Cancers 2026, 18(13), 2054; https://doi.org/10.3390/cancers18132054 (registering DOI)
Submission received: 29 May 2026
/
Revised: 22 June 2026
/
Accepted: 23 June 2026
/
Published: 24 June 2026
(This article belongs to the Special Issue Diagnosis and Therapy in Urothelial Cancer)
Simple Summary
Patients with muscle-invasive bladder cancer who are fit for cisplatin usually receive chemotherapy before bladder-removal surgery. However, not all patients benefit from this approach, and some still relapse or die after treatment. In this study, we investigated whether information available before chemotherapy could help identify patients with a higher risk of poor outcomes. We analyzed 210 patients treated at two Spanish hospitals and developed a risk model based on age, sex, previous non-muscle-invasive bladder cancer, and a simple blood-test measure called the neutrophil-to-lymphocyte ratio, which reflects the balance between inflammation and immune cells. This model classified patients into low-, intermediate-, and high-risk groups. Patients in the high-risk group had a shorter time without relapse or death and were less likely to have no residual cancer in the bladder after treatment. The model is exploratory and should not yet be used to guide treatment decisions.

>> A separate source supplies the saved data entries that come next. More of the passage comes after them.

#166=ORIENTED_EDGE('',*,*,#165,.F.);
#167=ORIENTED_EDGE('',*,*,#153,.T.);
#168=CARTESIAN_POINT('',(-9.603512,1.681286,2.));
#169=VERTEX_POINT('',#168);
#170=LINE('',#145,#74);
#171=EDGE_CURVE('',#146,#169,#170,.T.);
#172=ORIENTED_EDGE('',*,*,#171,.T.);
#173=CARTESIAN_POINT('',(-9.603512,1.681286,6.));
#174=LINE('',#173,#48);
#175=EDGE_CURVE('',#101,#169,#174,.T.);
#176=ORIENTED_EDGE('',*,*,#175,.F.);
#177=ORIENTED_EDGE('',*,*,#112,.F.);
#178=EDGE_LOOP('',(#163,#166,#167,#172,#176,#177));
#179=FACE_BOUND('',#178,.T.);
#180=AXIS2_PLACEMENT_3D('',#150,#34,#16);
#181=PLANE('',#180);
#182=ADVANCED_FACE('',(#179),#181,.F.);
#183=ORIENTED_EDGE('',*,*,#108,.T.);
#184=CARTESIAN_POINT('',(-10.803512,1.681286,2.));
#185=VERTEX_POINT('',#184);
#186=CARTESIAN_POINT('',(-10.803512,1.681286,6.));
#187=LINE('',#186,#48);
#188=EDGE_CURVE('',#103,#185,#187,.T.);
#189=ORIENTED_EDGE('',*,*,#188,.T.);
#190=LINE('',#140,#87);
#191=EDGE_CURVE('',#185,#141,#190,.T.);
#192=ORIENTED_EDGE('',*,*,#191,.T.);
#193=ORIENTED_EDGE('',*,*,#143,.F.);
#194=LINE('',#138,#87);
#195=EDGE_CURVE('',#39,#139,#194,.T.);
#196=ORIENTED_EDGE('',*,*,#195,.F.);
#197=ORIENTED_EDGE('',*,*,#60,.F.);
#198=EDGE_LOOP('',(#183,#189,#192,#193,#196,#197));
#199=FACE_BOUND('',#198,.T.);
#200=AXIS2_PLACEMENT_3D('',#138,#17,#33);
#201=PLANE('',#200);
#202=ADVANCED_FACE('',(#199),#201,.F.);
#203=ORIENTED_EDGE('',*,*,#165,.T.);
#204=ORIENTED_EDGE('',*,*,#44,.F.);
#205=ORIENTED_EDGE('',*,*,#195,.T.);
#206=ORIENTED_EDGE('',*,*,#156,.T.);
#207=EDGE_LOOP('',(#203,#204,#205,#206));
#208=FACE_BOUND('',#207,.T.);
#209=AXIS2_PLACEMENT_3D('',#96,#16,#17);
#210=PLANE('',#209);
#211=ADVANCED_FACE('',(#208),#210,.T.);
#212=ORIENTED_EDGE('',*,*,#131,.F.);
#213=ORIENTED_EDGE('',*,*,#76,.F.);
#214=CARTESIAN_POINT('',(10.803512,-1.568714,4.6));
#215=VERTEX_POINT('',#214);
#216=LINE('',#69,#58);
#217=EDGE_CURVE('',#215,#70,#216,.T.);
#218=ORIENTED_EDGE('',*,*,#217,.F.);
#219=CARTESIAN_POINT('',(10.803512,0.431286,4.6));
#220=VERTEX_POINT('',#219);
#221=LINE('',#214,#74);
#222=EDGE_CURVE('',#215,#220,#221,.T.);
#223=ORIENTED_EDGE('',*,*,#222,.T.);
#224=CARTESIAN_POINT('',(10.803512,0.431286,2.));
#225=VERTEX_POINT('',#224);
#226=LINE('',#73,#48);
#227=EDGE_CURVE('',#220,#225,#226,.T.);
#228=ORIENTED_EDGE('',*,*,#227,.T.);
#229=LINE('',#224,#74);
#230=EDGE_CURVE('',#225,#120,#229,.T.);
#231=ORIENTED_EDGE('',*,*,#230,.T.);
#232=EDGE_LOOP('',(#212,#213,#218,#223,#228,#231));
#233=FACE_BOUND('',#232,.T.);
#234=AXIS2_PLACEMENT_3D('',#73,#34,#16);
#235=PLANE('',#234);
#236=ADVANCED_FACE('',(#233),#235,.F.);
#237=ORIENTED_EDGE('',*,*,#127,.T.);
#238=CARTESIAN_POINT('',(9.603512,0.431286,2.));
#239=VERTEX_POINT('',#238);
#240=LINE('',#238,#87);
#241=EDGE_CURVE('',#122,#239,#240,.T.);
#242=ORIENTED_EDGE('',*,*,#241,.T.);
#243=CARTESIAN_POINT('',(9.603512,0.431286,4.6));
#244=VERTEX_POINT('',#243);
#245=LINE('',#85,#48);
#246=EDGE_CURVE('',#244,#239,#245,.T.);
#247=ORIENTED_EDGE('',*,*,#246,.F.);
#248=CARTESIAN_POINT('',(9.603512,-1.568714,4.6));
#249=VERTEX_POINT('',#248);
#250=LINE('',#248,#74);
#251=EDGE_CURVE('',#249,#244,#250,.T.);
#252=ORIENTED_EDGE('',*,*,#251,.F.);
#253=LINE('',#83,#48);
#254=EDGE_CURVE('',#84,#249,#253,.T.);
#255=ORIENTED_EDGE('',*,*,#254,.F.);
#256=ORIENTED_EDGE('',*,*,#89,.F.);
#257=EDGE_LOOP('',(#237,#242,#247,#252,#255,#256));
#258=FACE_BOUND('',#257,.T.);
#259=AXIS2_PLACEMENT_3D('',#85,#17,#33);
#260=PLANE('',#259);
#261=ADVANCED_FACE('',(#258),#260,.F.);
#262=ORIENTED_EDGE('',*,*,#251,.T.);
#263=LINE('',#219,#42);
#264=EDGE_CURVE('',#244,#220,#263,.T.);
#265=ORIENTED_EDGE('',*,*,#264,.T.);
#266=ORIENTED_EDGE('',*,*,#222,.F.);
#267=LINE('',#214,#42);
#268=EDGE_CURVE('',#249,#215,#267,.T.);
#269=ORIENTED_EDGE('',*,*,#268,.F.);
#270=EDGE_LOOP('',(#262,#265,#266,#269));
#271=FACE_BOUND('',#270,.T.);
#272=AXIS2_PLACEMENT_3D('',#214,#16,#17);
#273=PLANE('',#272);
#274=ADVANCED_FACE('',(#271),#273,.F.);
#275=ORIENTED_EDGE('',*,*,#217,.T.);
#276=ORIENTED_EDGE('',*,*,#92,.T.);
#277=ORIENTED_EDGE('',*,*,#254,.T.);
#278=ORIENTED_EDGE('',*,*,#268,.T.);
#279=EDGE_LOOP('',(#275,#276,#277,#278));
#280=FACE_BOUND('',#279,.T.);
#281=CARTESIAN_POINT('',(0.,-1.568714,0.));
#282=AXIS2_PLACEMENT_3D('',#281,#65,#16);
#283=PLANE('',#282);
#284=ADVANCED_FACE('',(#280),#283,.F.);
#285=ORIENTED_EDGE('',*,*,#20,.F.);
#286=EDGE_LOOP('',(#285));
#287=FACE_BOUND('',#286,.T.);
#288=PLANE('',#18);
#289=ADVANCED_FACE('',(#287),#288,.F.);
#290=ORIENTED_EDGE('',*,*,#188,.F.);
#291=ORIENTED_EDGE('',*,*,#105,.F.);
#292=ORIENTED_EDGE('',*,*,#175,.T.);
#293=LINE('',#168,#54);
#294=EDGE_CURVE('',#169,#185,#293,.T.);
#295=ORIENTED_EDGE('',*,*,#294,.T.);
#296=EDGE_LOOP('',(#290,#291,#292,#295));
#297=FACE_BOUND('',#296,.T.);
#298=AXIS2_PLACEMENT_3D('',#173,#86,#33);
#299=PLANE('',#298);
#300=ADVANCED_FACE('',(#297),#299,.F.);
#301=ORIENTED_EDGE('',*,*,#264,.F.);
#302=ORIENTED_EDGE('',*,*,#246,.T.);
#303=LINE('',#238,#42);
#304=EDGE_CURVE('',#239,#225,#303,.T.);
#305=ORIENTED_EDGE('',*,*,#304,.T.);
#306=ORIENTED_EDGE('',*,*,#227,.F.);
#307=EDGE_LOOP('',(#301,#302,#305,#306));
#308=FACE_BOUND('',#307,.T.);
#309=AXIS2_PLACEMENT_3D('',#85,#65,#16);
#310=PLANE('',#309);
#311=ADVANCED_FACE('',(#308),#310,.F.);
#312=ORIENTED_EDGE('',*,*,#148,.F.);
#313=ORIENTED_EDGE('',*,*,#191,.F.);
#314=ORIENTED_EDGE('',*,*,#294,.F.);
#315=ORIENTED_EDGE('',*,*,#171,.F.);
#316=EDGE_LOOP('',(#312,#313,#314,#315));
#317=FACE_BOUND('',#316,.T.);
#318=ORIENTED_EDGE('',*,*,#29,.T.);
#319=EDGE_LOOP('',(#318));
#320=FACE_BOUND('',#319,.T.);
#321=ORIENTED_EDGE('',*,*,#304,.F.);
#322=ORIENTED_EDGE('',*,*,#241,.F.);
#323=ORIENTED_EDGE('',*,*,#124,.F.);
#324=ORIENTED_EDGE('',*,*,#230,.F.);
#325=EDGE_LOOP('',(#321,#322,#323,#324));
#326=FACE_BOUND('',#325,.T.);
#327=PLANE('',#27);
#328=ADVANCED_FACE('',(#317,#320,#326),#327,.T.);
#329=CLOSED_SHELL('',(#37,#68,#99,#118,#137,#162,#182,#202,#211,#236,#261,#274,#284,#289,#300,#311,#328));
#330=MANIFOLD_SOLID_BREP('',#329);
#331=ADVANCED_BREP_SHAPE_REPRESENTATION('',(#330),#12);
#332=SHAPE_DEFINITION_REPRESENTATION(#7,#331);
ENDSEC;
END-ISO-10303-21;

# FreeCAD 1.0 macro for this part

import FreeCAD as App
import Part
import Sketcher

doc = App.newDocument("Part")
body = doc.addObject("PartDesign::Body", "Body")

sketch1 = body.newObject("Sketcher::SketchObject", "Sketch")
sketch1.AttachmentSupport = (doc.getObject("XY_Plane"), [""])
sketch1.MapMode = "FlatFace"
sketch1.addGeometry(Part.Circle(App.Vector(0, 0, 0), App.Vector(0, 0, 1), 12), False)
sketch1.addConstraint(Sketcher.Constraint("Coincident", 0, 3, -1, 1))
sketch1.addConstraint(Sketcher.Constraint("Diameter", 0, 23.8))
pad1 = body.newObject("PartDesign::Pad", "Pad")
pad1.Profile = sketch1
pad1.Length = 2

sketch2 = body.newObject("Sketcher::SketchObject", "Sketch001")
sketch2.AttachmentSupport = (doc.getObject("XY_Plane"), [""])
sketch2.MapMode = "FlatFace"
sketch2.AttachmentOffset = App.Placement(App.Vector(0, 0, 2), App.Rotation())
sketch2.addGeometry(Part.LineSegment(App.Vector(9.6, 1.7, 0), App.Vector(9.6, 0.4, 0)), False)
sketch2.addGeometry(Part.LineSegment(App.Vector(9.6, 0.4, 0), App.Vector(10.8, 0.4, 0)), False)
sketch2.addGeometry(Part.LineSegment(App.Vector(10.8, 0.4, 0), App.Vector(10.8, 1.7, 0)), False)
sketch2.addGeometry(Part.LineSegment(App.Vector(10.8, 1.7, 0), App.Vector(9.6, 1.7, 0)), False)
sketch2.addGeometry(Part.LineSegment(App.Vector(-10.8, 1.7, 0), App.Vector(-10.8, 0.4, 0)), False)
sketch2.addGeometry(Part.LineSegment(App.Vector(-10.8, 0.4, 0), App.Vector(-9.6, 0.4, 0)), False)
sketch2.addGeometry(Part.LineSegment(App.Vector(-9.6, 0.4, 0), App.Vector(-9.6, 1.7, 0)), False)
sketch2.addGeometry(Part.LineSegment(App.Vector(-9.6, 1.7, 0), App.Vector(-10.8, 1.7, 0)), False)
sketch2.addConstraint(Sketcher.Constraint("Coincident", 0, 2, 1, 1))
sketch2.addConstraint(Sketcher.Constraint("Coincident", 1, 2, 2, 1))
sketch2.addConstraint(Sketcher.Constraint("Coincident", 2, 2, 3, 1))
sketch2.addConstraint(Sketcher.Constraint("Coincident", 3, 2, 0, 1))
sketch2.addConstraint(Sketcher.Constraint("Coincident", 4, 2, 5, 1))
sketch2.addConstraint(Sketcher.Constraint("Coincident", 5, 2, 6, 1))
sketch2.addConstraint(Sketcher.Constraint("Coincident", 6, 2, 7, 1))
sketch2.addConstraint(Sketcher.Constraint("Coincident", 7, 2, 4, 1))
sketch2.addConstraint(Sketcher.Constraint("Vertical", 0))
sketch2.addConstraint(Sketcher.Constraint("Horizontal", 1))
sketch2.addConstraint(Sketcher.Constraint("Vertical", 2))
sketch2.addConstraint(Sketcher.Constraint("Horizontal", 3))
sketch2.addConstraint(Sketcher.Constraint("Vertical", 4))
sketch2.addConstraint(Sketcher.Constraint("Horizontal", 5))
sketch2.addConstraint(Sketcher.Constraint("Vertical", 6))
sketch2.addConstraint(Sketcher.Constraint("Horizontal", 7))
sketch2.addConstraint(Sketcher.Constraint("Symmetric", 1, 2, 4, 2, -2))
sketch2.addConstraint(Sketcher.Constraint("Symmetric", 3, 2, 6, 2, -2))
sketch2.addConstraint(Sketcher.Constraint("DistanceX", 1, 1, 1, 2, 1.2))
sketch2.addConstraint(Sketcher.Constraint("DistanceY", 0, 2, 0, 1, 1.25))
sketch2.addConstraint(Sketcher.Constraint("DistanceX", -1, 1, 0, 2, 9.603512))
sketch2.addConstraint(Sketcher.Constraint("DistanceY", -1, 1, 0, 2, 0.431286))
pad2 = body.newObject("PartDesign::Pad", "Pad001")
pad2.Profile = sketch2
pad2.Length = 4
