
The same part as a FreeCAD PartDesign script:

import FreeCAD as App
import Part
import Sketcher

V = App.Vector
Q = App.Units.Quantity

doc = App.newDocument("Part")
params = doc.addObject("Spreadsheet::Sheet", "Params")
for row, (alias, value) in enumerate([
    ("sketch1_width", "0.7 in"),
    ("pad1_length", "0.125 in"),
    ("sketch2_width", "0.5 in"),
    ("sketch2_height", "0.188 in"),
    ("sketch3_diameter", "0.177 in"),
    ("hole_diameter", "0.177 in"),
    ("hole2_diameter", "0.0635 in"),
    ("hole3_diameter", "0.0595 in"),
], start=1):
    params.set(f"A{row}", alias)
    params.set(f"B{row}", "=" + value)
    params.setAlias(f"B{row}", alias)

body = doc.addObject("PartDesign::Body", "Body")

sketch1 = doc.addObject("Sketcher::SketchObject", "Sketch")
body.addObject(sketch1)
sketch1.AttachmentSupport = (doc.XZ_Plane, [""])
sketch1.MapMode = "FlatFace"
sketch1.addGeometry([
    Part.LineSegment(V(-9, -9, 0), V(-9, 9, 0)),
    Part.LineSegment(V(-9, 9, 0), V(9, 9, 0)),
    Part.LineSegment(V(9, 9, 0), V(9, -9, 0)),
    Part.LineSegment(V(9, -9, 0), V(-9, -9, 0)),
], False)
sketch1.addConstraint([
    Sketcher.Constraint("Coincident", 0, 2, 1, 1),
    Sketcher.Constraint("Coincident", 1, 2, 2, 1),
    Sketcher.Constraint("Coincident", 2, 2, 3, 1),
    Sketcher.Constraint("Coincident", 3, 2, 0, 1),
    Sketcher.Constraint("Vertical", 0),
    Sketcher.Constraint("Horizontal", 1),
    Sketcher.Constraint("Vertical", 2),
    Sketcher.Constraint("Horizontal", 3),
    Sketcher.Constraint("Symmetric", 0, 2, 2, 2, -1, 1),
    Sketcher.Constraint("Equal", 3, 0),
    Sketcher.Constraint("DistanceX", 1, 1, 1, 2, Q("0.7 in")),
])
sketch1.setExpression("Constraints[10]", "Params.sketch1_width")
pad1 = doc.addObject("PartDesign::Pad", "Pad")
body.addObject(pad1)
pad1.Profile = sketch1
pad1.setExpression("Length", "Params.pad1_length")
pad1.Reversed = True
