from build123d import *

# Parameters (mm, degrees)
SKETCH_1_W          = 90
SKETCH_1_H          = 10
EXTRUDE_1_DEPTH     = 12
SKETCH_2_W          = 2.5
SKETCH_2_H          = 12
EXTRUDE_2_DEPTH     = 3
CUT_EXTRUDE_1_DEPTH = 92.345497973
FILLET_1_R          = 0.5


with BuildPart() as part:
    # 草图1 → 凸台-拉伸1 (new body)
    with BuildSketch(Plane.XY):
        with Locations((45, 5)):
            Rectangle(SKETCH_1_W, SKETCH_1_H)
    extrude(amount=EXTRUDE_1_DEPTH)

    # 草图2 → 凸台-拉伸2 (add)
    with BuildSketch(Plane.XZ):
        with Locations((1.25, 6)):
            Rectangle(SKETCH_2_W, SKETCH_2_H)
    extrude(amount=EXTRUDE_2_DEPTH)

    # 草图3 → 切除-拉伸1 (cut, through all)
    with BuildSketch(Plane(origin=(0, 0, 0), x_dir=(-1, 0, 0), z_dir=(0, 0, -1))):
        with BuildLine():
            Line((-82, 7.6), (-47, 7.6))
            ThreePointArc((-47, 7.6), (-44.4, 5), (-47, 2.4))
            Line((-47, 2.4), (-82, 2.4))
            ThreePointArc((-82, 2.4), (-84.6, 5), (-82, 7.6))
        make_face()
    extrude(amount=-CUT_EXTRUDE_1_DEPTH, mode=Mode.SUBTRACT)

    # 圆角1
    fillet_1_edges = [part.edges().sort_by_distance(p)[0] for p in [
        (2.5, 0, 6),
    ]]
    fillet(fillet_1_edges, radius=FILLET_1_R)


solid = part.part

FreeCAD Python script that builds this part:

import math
import FreeCAD as App
import Part
import Sketcher


def edges_at(feature, points):
    """Names of the edges that pass closest to the given points."""
    edges = feature.Shape.Edges
    near = lambda p: min(range(len(edges)), key=lambda i: edges[i].distToShape(Part.Vertex(*p))[0])
    return sorted({f"Edge{near(p) + 1}" for p in points})


def add_polygon(sketch, points):
    """Adds a closed chain of lines whose ends are joined by coincident constraints."""
    first, n = sketch.GeometryCount, len(points)
    for a, b in zip(points, points[1:] + points[:1]):
        sketch.addGeometry(Part.LineSegment(App.Vector(*a, 0), App.Vector(*b, 0)), False)
    for i in range(n):
        sketch.addConstraint(Sketcher.Constraint("Coincident", first + i, 2, first + (i + 1) % n, 1))

doc = App.newDocument("Part")
body = doc.addObject("PartDesign::Body", "Body")

sketch1 = body.newObject("Sketcher::SketchObject", "Sketch")
sketch1.AttachmentSupport = (doc.getObject("XY_Plane"), [""])
sketch1.MapMode = "FlatFace"
add_polygon(sketch1, [(0, 10), (0, 0), (90, 0), (90, 10)])
sketch1.addConstraint([
    Sketcher.Constraint("Vertical", 0),
    Sketcher.Constraint("Horizontal", 1),
    Sketcher.Constraint("Vertical", 2),
    Sketcher.Constraint("Horizontal", 3),
    Sketcher.Constraint("Coincident", 0, 2, -1, 1),
    Sketcher.Constraint("DistanceX", 1, 1, 1, 2, 90.0),
    Sketcher.Constraint("DistanceY", 0, 2, 0, 1, 10.0),
])
pad1 = body.newObject("PartDesign::Pad", "Pad")
pad1.Profile = sketch1
pad1.Length = 12

sketch2 = body.newObject("Sketcher::SketchObject", "Sketch001")
sketch2.AttachmentSupport = (doc.getObject("XZ_Plane"), [""])
sketch2.MapMode = "FlatFace"
add_polygon(sketch2, [(0, 12), (0, 0), (2.5, 0), (2.5, 12)])
sketch2.addConstraint([
    Sketcher.Constraint("Vertical", 0),
    Sketcher.Constraint("Horizontal", 1),
    Sketcher.Constraint("Vertical", 2),
    Sketcher.Constraint("Horizontal", 3),
    Sketcher.Constraint("Coincident", 0, 2, -1, 1),
    Sketcher.Constraint("DistanceY", 0, 2, 0, 1, 12.0),
    Sketcher.Constraint("DistanceX", 1, 1, 1, 2, 2.5),
])
pad2 = body.newObject("PartDesign::Pad", "Pad001")
pad2.Profile = sketch2
pad2.Length = 3

sketch3 = body.newObject("Sketcher::SketchObject", "Sketch002")
sketch3.AttachmentSupport = (doc.getObject("XY_Plane"), [""])
sketch3.MapMode = "FlatFace"
sketch3.addGeometry([
    Part.LineSegment(App.Vector(47, 7.6, 0), App.Vector(82, 7.6, 0)),
    Part.ArcOfCircle(Part.Circle(App.Vector(82, 5, 0), App.Vector(0, 0, 1), 2.6), math.radians(-90), math.radians(90)),
    Part.LineSegment(App.Vector(82, 2.4, 0), App.Vector(47, 2.4, 0)),
    Part.ArcOfCircle(Part.Circle(App.Vector(47, 5, 0), App.Vector(0, 0, 1), 2.6), math.radians(90), math.radians(270)),
], False)
sketch3.addConstraint([
    Sketcher.Constraint("Tangent", 0, 2, 1, 2),
    Sketcher.Constraint("Tangent", 1, 1, 2, 1),
    Sketcher.Constraint("Tangent", 2, 2, 3, 2),
    Sketcher.Constraint("Tangent", 3, 1, 0, 1),
    Sketcher.Constraint("Horizontal", 0),
    Sketcher.Constraint("Horizontal", 2),
    Sketcher.Constraint("Radius", 1, 2.6),
    Sketcher.Constraint("DistanceX", 0, 1, 0, 2, 35.0),
    Sketcher.Constraint("DistanceX", -1, 1, 1, 3, 82.0),
    Sketcher.Constraint("DistanceY", -1, 1, 1, 3, 5.0),
])
pocket1 = body.newObject("PartDesign::Pocket", "Pocket")
pocket1.Profile = sketch3
pocket1.Type = "ThroughAll"
pocket1.Reversed = True
doc.recompute()

fillet = body.newObject("PartDesign::Fillet", "Fillet")
fillet.Base = (pocket1, edges_at(pocket1, [(2.5, 0, 6)]))
fillet.Radius = 0.5

doc.recompute()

However, after validation in other patient groups, it may help improve risk assessment and support more personalized treatment strategies.
Abstract
Background/Objectives: Neoadjuvant cisplatin-based chemotherapy (NAC) followed by radical cystectomy (RC) is a standard treatment for cisplatin-eligible patients with muscle-invasive bladder cancer (MIBC), yet baseline tools to refine prognostic stratification remain limited. We aimed to develop and internally validate a clinicopathological nomogram integrating the neutrophil-to-lymphocyte ratio (NLR) to estimate event-free survival (EFS) in patients with MIBC treated with NAC. Methods: We retrospectively analyzed 210 patients with cT2–T4aN0–1M0 MIBC treated with cisplatin-based NAC at two Spanish institutions between 2010 and 2021. Candidate predictors included demographic, clinicopathological, and routine laboratory variables. A multivariable Cox model with backward selection based on the Akaike information criterion (AIC) was used to derive the final model, and internal validation was performed using 1000 bootstrap resamples. Results: Sex, age, prior non–muscle-invasive bladder cancer (NMIBC), and NLR were retained in the final nomogram. The model showed moderate discrimination, with a Harrell’s c-index of 0.60 and an optimism-corrected c-index of 0.58. The nomogram stratified patients into low-, intermediate-, and high-risk groups, with median EFS not reached, 47.5 months, and 18.0 months, respectively. High-risk patients also showed lower pathological complete response (pCR) rates. Conclusions: This exploratory nomogram integrates an accessible systemic inflammatory marker with baseline clinical variables to identify patients with poorer outcomes despite NAC. External validation in contemporary cohorts is warranted before clinical implementation.